Task requirements:
Retype, word for word, every line from the one holding "v37 (-33.600403,16.75,0)" through the one holding "face PLANE(AX(P(80,22.75,25),D(-1,0,0),D(0,-1,0))) rev" in the entries below, both included, and only those lines.

Data extract:
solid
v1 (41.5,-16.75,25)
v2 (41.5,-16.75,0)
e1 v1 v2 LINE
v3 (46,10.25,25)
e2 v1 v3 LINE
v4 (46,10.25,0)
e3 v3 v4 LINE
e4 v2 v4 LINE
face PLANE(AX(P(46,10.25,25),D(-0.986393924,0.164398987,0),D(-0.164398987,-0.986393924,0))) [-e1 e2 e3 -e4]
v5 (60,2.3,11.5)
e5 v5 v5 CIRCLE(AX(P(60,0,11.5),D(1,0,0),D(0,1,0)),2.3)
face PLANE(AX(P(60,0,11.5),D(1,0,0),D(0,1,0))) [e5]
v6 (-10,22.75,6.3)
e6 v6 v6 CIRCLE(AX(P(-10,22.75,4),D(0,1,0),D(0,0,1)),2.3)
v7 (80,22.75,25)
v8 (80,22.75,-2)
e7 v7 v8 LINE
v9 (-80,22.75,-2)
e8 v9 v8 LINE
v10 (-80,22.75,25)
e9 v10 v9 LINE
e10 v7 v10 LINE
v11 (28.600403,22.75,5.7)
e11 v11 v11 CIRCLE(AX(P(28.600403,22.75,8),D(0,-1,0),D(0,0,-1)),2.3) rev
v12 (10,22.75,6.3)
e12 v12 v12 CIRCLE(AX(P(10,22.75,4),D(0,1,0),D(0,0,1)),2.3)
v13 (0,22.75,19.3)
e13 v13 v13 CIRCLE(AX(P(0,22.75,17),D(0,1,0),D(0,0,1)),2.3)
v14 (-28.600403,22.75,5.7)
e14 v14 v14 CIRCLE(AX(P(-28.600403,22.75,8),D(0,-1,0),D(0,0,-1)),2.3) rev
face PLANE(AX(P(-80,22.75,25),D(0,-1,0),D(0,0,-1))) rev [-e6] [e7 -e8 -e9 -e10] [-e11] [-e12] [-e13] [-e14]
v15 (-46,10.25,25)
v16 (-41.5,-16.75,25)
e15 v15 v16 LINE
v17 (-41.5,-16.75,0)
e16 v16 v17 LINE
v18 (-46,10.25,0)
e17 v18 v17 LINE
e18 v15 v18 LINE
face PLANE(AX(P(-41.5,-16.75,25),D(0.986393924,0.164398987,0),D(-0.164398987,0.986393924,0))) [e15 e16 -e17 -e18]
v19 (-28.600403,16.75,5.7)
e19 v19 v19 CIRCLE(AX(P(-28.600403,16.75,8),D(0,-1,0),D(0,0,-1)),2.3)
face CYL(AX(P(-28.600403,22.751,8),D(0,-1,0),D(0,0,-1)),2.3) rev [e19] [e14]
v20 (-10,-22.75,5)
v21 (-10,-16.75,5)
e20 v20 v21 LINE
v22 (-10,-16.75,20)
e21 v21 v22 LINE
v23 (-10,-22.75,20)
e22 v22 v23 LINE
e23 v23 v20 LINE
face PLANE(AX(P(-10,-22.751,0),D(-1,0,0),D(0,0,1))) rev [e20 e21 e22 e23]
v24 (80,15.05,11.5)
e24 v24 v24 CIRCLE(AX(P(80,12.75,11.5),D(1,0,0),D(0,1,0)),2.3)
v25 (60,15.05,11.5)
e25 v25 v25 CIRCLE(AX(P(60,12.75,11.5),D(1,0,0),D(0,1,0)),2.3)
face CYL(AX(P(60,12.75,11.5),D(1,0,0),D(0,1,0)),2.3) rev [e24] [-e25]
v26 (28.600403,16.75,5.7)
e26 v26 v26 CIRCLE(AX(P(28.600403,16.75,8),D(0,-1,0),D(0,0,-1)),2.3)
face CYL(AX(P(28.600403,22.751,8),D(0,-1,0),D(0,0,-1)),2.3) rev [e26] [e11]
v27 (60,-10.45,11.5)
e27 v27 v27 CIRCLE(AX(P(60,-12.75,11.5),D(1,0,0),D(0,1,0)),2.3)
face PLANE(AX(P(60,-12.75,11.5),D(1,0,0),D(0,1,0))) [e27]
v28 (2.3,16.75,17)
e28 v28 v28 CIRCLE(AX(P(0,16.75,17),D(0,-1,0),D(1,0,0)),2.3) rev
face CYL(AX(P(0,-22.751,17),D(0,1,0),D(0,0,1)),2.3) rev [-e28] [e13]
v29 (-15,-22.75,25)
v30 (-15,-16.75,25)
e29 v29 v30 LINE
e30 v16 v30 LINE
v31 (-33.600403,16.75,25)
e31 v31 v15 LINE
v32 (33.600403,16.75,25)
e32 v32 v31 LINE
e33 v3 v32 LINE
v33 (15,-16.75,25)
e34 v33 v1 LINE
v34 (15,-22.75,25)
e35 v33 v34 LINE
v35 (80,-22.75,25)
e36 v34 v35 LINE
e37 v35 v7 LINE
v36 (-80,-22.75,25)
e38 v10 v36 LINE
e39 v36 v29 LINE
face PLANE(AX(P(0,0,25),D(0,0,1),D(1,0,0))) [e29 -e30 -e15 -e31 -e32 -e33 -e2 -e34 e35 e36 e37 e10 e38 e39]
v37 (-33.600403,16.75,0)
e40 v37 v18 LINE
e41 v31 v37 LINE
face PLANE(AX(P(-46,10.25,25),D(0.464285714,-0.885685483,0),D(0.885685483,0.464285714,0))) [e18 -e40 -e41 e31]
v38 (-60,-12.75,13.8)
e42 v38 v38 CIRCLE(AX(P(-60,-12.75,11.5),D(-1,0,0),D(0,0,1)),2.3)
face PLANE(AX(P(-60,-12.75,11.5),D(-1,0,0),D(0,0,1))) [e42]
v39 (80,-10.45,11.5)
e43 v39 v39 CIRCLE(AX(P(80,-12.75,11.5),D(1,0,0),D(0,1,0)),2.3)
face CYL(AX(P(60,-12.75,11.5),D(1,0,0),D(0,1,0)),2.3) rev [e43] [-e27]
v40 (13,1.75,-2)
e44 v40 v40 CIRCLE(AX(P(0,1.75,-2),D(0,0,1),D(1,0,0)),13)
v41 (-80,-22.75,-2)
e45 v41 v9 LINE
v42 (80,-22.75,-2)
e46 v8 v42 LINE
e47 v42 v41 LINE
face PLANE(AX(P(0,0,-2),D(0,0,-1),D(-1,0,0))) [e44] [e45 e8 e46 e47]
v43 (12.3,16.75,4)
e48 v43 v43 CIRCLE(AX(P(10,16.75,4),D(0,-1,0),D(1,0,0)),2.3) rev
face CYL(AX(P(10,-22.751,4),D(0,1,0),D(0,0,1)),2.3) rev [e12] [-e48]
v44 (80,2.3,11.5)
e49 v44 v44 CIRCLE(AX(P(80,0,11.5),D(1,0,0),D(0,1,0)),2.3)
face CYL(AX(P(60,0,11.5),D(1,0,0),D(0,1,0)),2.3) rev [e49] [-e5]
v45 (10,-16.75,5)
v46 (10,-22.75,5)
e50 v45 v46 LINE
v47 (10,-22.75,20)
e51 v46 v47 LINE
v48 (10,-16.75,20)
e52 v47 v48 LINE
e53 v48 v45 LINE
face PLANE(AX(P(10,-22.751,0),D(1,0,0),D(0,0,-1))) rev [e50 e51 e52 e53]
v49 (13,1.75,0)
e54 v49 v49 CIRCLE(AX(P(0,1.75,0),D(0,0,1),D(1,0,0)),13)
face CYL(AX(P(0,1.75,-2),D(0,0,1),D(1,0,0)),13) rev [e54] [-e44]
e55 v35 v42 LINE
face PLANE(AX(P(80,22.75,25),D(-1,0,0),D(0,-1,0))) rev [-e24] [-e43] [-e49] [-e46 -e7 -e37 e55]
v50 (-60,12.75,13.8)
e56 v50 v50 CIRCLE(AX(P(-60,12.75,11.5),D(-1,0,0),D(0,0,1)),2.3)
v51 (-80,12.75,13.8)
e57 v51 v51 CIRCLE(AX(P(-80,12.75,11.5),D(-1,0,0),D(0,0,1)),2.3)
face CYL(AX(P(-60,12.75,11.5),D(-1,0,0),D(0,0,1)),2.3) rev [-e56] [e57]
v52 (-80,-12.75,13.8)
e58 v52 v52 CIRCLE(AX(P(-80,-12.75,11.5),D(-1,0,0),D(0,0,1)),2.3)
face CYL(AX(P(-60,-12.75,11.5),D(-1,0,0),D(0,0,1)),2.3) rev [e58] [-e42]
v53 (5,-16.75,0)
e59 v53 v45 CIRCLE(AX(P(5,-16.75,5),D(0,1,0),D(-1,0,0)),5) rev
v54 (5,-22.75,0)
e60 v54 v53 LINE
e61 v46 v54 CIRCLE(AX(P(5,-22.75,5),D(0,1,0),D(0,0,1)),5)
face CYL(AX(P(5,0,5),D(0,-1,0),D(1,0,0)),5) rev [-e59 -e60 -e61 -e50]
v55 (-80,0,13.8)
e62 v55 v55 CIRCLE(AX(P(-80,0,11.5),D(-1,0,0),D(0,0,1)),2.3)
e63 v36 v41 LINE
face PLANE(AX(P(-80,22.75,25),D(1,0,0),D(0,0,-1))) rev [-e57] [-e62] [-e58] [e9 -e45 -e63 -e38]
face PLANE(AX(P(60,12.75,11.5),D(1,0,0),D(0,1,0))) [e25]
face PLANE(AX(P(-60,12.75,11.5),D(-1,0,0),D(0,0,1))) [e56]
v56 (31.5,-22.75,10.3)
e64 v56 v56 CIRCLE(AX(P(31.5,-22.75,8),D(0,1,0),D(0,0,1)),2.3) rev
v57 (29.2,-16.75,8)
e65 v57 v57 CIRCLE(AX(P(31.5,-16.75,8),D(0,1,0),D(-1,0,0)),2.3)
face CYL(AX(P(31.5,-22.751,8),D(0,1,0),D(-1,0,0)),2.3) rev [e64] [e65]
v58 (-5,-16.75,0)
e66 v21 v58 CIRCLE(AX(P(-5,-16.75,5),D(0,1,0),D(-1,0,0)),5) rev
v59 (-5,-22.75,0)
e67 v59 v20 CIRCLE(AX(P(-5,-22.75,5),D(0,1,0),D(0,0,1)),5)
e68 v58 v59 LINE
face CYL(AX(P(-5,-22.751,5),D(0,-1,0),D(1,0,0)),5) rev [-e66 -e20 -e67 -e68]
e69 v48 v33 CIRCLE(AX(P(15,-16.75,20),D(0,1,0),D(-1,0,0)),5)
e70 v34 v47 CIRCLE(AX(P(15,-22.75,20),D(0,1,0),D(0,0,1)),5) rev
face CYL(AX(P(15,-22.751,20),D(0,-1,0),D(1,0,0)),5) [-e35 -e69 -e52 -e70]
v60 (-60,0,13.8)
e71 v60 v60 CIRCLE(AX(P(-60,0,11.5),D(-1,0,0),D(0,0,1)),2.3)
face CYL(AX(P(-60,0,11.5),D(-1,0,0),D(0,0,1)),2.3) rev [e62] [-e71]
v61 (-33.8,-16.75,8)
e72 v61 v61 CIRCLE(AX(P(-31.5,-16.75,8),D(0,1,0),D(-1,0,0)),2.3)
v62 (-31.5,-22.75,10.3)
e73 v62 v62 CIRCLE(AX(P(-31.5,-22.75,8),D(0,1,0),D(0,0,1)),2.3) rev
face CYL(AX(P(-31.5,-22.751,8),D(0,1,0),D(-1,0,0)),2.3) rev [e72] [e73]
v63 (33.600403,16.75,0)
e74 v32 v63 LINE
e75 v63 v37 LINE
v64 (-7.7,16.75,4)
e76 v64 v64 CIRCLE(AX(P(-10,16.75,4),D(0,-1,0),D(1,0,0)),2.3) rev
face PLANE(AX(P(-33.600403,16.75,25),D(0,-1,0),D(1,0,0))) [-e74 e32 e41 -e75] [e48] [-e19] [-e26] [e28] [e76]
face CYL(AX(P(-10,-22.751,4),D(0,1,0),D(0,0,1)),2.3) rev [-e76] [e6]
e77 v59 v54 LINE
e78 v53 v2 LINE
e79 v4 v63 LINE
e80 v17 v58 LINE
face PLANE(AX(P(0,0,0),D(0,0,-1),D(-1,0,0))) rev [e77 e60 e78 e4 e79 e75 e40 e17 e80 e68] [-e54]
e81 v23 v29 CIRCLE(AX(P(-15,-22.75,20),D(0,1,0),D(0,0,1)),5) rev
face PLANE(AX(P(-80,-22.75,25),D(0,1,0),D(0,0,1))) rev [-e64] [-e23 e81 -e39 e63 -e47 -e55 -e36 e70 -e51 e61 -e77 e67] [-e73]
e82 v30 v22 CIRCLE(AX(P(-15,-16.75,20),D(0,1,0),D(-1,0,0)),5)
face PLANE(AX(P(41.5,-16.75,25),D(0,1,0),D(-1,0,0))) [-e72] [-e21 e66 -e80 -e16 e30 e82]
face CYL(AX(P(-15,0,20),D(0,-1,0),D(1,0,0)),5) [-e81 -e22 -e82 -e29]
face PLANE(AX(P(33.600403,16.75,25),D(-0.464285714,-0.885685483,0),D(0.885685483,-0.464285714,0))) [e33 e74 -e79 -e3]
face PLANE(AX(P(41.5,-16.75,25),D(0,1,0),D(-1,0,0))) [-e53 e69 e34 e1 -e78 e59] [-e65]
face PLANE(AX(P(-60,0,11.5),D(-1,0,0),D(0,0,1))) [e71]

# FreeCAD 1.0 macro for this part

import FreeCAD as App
import Part
import Sketcher
Q = App.Units.Quantity


def edges_at(feature, points):
    """Names of the edges that pass closest to the given points."""
    edges = feature.Shape.Edges
    near = lambda p: min(range(len(edges)), key=lambda i: edges[i].distToShape(Part.Vertex(*p))[0])
    return sorted({f"Edge{near(p) + 1}" for p in points})


def add_polygon(sketch, points):
    """Adds a closed chain of lines whose ends are joined by coincident constraints."""
    first, n = sketch.GeometryCount, len(points)
    for a, b in zip(points, points[1:] + points[:1]):
        sketch.addGeometry(Part.LineSegment(App.Vector(*a, 0), App.Vector(*b, 0)), False)
    for i in range(n):
        sketch.addConstraint(Sketcher.Constraint("Coincident", first + i, 2, first + (i + 1) % n, 1))

doc = App.newDocument("Part")
body = doc.addObject("PartDesign::Body", "Body")

# Sketch on XY plane
sketch1 = body.newObject("Sketcher::SketchObject", "Sketch")
sketch1.AttachmentSupport = (doc.getObject("XY_Plane"), [""])
sketch1.MapMode = "FlatFace"
add_polygon(sketch1, [(-80, 23), (-80, -23), (80, -23), (80, 23)])  # lines 0-3
add_polygon(sketch1, [(-46, 10), (-34, 17), (34, 17), (46, 10), (42, -17), (-42, -17)])  # lines 4-9
sketch1.addConstraint([
    Sketcher.Constraint("Vertical", 0),
    Sketcher.Constraint("Horizontal", 1),
    Sketcher.Constraint("Vertical", 2),
    Sketcher.Constraint("Horizontal", 3),
    Sketcher.Constraint("Horizontal", 5),
    Sketcher.Constraint("Horizontal", 8),
    Sketcher.Constraint("Symmetric", 0, 2, 2, 2, -1, 1),
    Sketcher.Constraint("Symmetric", 6, 2, 9, 2, -2),
    Sketcher.Constraint("Equal", 4, 6),
    Sketcher.Constraint("Equal", 7, 9),
    Sketcher.Constraint("DistanceX", 1, 1, 1, 2, Q("160 mm")),
    Sketcher.Constraint("DistanceX", 8, 2, 8, 1, Q("83 mm")),
    Sketcher.Constraint("Distance", 4, Q("14 mm")),
    Sketcher.Constraint("DistanceY", 0, 2, 0, 1, Q("45.5 mm")),
    Sketcher.Constraint("DistanceX", -1, 1, 6, 2, Q("46 mm")),
    Sketcher.Constraint("DistanceY", 4, 2, 3, 2, Q("6 mm")),
    Sketcher.Constraint("DistanceY", 1, 2, 6, 2, Q("33 mm")),
    Sketcher.Constraint("DistanceY", 7, 2, 6, 2, Q("27 mm")),
])
pad1 = body.newObject("PartDesign::Pad", "Pad")
pad1.Profile = sketch1
pad1.Length = 25

# Sketch on XY plane
sketch2 = body.newObject("Sketcher::SketchObject", "Sketch001")
sketch2.AttachmentSupport = (doc.getObject("XY_Plane"), [""])
sketch2.MapMode = "FlatFace"
add_polygon(sketch2, [(80, 23), (80, -23), (-80, -23), (-80, 23)])  # lines 0-3
sketch2.addConstraint([
    Sketcher.Constraint("Vertical", 0),
    Sketcher.Constraint("Horizontal", 1),
    Sketcher.Constraint("Vertical", 2),
    Sketcher.Constraint("Horizontal", 3),
    Sketcher.Constraint("Symmetric", 0, 2, 2, 2, -1, 1),
    Sketcher.Constraint("DistanceX", 1, 2, 1, 1, Q("160 mm")),
    Sketcher.Constraint("DistanceY", 0, 2, 0, 1, Q("45.5 mm")),
])
pad2 = body.newObject("PartDesign::Pad", "Pad001")
pad2.Profile = sketch2
pad2.Length = 2
pad2.Reversed = True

Answer for this exercise:
v37 (-33.600403,16.75,0)
e40 v37 v18 LINE
e41 v31 v37 LINE
face PLANE(AX(P(-46,10.25,25),D(0.464285714,-0.885685483,0),D(0.885685483,0.464285714,0))) [e18 -e40 -e41 e31]
v38 (-60,-12.75,13.8)
e42 v38 v38 CIRCLE(AX(P(-60,-12.75,11.5),D(-1,0,0),D(0,0,1)),2.3)
face PLANE(AX(P(-60,-12.75,11.5),D(-1,0,0),D(0,0,1))) [e42]
v39 (80,-10.45,11.5)
e43 v39 v39 CIRCLE(AX(P(80,-12.75,11.5),D(1,0,0),D(0,1,0)),2.3)
face CYL(AX(P(60,-12.75,11.5),D(1,0,0),D(0,1,0)),2.3) rev [e43] [-e27]
v40 (13,1.75,-2)
e44 v40 v40 CIRCLE(AX(P(0,1.75,-2),D(0,0,1),D(1,0,0)),13)
v41 (-80,-22.75,-2)
e45 v41 v9 LINE
v42 (80,-22.75,-2)
e46 v8 v42 LINE
e47 v42 v41 LINE
face PLANE(AX(P(0,0,-2),D(0,0,-1),D(-1,0,0))) [e44] [e45 e8 e46 e47]
v43 (12.3,16.75,4)
e48 v43 v43 CIRCLE(AX(P(10,16.75,4),D(0,-1,0),D(1,0,0)),2.3) rev
face CYL(AX(P(10,-22.751,4),D(0,1,0),D(0,0,1)),2.3) rev [e12] [-e48]
v44 (80,2.3,11.5)
e49 v44 v44 CIRCLE(AX(P(80,0,11.5),D(1,0,0),D(0,1,0)),2.3)
face CYL(AX(P(60,0,11.5),D(1,0,0),D(0,1,0)),2.3) rev [e49] [-e5]
v45 (10,-16.75,5)
v46 (10,-22.75,5)
e50 v45 v46 LINE
v47 (10,-22.75,20)
e51 v46 v47 LINE
v48 (10,-16.75,20)
e52 v47 v48 LINE
e53 v48 v45 LINE
face PLANE(AX(P(10,-22.751,0),D(1,0,0),D(0,0,-1))) rev [e50 e51 e52 e53]
v49 (13,1.75,0)
e54 v49 v49 CIRCLE(AX(P(0,1.75,0),D(0,0,1),D(1,0,0)),13)
face CYL(AX(P(0,1.75,-2),D(0,0,1),D(1,0,0)),13) rev [e54] [-e44]
e55 v35 v42 LINE
face PLANE(AX(P(80,22.75,25),D(-1,0,0),D(0,-1,0))) rev [-e24] [-e43] [-e49] [-e46 -e7 -e37 e55]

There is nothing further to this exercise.